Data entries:
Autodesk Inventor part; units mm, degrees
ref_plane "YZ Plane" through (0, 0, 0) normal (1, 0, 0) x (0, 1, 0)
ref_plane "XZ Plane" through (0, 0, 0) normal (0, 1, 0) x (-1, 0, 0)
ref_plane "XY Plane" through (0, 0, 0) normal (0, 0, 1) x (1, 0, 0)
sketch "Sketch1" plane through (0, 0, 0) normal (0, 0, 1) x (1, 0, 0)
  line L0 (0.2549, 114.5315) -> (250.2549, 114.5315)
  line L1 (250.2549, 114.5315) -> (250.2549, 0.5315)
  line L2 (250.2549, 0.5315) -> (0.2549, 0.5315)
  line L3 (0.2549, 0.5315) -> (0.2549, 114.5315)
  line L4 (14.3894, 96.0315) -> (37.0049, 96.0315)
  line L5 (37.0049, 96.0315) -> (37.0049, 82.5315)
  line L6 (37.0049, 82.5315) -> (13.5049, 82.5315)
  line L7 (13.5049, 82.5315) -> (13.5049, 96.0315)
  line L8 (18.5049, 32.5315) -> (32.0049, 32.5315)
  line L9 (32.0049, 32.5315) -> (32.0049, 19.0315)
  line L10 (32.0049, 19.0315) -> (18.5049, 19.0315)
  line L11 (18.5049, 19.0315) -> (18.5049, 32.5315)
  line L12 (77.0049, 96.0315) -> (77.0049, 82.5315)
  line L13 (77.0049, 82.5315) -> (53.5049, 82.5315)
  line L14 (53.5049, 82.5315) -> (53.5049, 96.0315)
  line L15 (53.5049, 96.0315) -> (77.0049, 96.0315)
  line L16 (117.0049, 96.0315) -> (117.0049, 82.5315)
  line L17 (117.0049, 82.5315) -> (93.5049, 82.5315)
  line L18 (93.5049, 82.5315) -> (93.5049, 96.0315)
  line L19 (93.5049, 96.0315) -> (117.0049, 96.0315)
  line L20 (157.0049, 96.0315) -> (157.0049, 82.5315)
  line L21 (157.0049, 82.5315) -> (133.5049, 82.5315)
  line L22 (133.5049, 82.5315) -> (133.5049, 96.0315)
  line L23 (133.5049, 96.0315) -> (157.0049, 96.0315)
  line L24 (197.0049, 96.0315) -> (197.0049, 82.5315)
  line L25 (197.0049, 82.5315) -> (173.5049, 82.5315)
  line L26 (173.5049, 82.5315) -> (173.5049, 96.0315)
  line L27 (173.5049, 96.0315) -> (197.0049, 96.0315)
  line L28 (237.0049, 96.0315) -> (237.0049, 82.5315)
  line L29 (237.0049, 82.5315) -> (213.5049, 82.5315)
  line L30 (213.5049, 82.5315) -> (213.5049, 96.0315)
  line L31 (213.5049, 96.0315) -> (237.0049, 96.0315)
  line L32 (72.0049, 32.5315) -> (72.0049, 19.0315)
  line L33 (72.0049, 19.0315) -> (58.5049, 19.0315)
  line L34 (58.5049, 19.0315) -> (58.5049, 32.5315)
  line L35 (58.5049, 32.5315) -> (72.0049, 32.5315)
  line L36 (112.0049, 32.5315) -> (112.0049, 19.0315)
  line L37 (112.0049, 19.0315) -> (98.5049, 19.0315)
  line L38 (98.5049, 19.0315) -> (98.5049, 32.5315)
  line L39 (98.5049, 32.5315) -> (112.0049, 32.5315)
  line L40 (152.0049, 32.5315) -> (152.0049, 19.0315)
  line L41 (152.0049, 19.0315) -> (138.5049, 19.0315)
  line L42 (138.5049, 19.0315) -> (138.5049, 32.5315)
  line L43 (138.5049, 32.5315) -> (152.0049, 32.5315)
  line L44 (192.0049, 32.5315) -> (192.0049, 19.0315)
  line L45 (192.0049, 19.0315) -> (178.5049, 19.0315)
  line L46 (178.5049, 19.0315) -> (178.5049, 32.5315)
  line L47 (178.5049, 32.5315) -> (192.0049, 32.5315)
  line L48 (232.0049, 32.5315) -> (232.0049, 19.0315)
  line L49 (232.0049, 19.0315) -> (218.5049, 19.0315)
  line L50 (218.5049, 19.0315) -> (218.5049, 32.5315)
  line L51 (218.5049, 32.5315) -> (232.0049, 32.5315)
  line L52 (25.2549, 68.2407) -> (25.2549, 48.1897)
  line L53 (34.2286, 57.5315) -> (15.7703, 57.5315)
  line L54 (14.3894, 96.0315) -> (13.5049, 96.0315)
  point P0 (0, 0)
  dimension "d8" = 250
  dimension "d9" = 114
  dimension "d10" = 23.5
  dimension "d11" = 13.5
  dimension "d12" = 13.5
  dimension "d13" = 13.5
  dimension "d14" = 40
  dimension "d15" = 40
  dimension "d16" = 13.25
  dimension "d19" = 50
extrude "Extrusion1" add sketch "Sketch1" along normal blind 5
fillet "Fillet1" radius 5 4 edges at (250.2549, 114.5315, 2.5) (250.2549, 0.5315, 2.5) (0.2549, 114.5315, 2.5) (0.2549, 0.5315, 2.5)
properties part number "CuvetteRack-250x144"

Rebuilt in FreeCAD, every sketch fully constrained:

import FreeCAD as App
import Part
import Sketcher


def edges_at(feature, points):
    """Names of the edges that pass closest to the given points."""
    edges = feature.Shape.Edges
    near = lambda p: min(range(len(edges)), key=lambda i: edges[i].distToShape(Part.Vertex(*p))[0])
    return sorted({f"Edge{near(p) + 1}" for p in points})

doc = App.newDocument("Part")
params = doc.addObject("Spreadsheet::Sheet", "Params")
for row, (alias, value) in enumerate([
    ("sketch1_width", "250 mm"),
    ("sketch1_height", "114 mm"),
    ("sketch1_width2", "13.5 mm"),
    ("sketch1_width3", "23.5 mm"),
    ("pad1_length", "5 mm"),
    ("fillet_radius", "5 mm"),
], start=1):
    params.set(f"A{row}", alias)
    params.set(f"B{row}", "=" + value)
    params.setAlias(f"B{row}", alias)

body = doc.addObject("PartDesign::Body", "Body")

# Sketch on XY plane
sketch1 = body.newObject("Sketcher::SketchObject", "Sketch")
sketch1.AttachmentSupport = (doc.getObject("XY_Plane"), [""])
sketch1.MapMode = "FlatFace"
sketch1.addGeometry([
    Part.LineSegment(App.Vector(250, 115, 0), App.Vector(0, 115, 0)),  # 0
    Part.LineSegment(App.Vector(0, 115, 0), App.Vector(0, 1, 0)),  # 1
    Part.LineSegment(App.Vector(0, 1, 0), App.Vector(250, 1, 0)),  # 2
    Part.LineSegment(App.Vector(250, 1, 0), App.Vector(250, 115, 0)),  # 3
    Part.LineSegment(App.Vector(19, 19, 0), App.Vector(19, 33, 0)),  # 4
    Part.LineSegment(App.Vector(19, 33, 0), App.Vector(32, 33, 0)),  # 5
    Part.LineSegment(App.Vector(32, 33, 0), App.Vector(32, 19, 0)),  # 6
    Part.LineSegment(App.Vector(32, 19, 0), App.Vector(19, 19, 0)),  # 7
    Part.LineSegment(App.Vector(59, 33, 0), App.Vector(72, 33, 0)),  # 8
    Part.LineSegment(App.Vector(72, 33, 0), App.Vector(72, 19, 0)),  # 9
    Part.LineSegment(App.Vector(72, 19, 0), App.Vector(59, 19, 0)),  # 10
    Part.LineSegment(App.Vector(59, 19, 0), App.Vector(59, 33, 0)),  # 11
    Part.LineSegment(App.Vector(99, 33, 0), App.Vector(112, 33, 0)),  # 12
    Part.LineSegment(App.Vector(112, 33, 0), App.Vector(112, 19, 0)),  # 13
    Part.LineSegment(App.Vector(112, 19, 0), App.Vector(99, 19, 0)),  # 14
    Part.LineSegment(App.Vector(99, 19, 0), App.Vector(99, 33, 0)),  # 15
    Part.LineSegment(App.Vector(139, 33, 0), App.Vector(152, 33, 0)),  # 16
    Part.LineSegment(App.Vector(152, 33, 0), App.Vector(152, 19, 0)),  # 17
    Part.LineSegment(App.Vector(152, 19, 0), App.Vector(139, 19, 0)),  # 18
    Part.LineSegment(App.Vector(139, 19, 0), App.Vector(139, 33, 0)),  # 19
    Part.LineSegment(App.Vector(179, 33, 0), App.Vector(192, 33, 0)),  # 20
    Part.LineSegment(App.Vector(192, 33, 0), App.Vector(192, 19, 0)),  # 21
    Part.LineSegment(App.Vector(192, 19, 0), App.Vector(179, 19, 0)),  # 22
    Part.LineSegment(App.Vector(179, 19, 0), App.Vector(179, 33, 0)),  # 23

:: Brief ::
Could you restate word for word the lines above from the one containing "line L18 (93.5049, 82.5315)" through the one containing "line L33 (72.0049, 19.0315)", both included, and nothing else?

:: Expected answer ::
  line L18 (93.5049, 82.5315) -> (93.5049, 96.0315)
  line L19 (93.5049, 96.0315) -> (117.0049, 96.0315)
  line L20 (157.0049, 96.0315) -> (157.0049, 82.5315)
  line L21 (157.0049, 82.5315) -> (133.5049, 82.5315)
  line L22 (133.5049, 82.5315) -> (133.5049, 96.0315)
  line L23 (133.5049, 96.0315) -> (157.0049, 96.0315)
  line L24 (197.0049, 96.0315) -> (197.0049, 82.5315)
  line L25 (197.0049, 82.5315) -> (173.5049, 82.5315)
  line L26 (173.5049, 82.5315) -> (173.5049, 96.0315)
  line L27 (173.5049, 96.0315) -> (197.0049, 96.0315)
  line L28 (237.0049, 96.0315) -> (237.0049, 82.5315)
  line L29 (237.0049, 82.5315) -> (213.5049, 82.5315)
  line L30 (213.5049, 82.5315) -> (213.5049, 96.0315)
  line L31 (213.5049, 96.0315) -> (237.0049, 96.0315)
  line L32 (72.0049, 32.5315) -> (72.0049, 19.0315)
  line L33 (72.0049, 19.0315) -> (58.5049, 19.0315)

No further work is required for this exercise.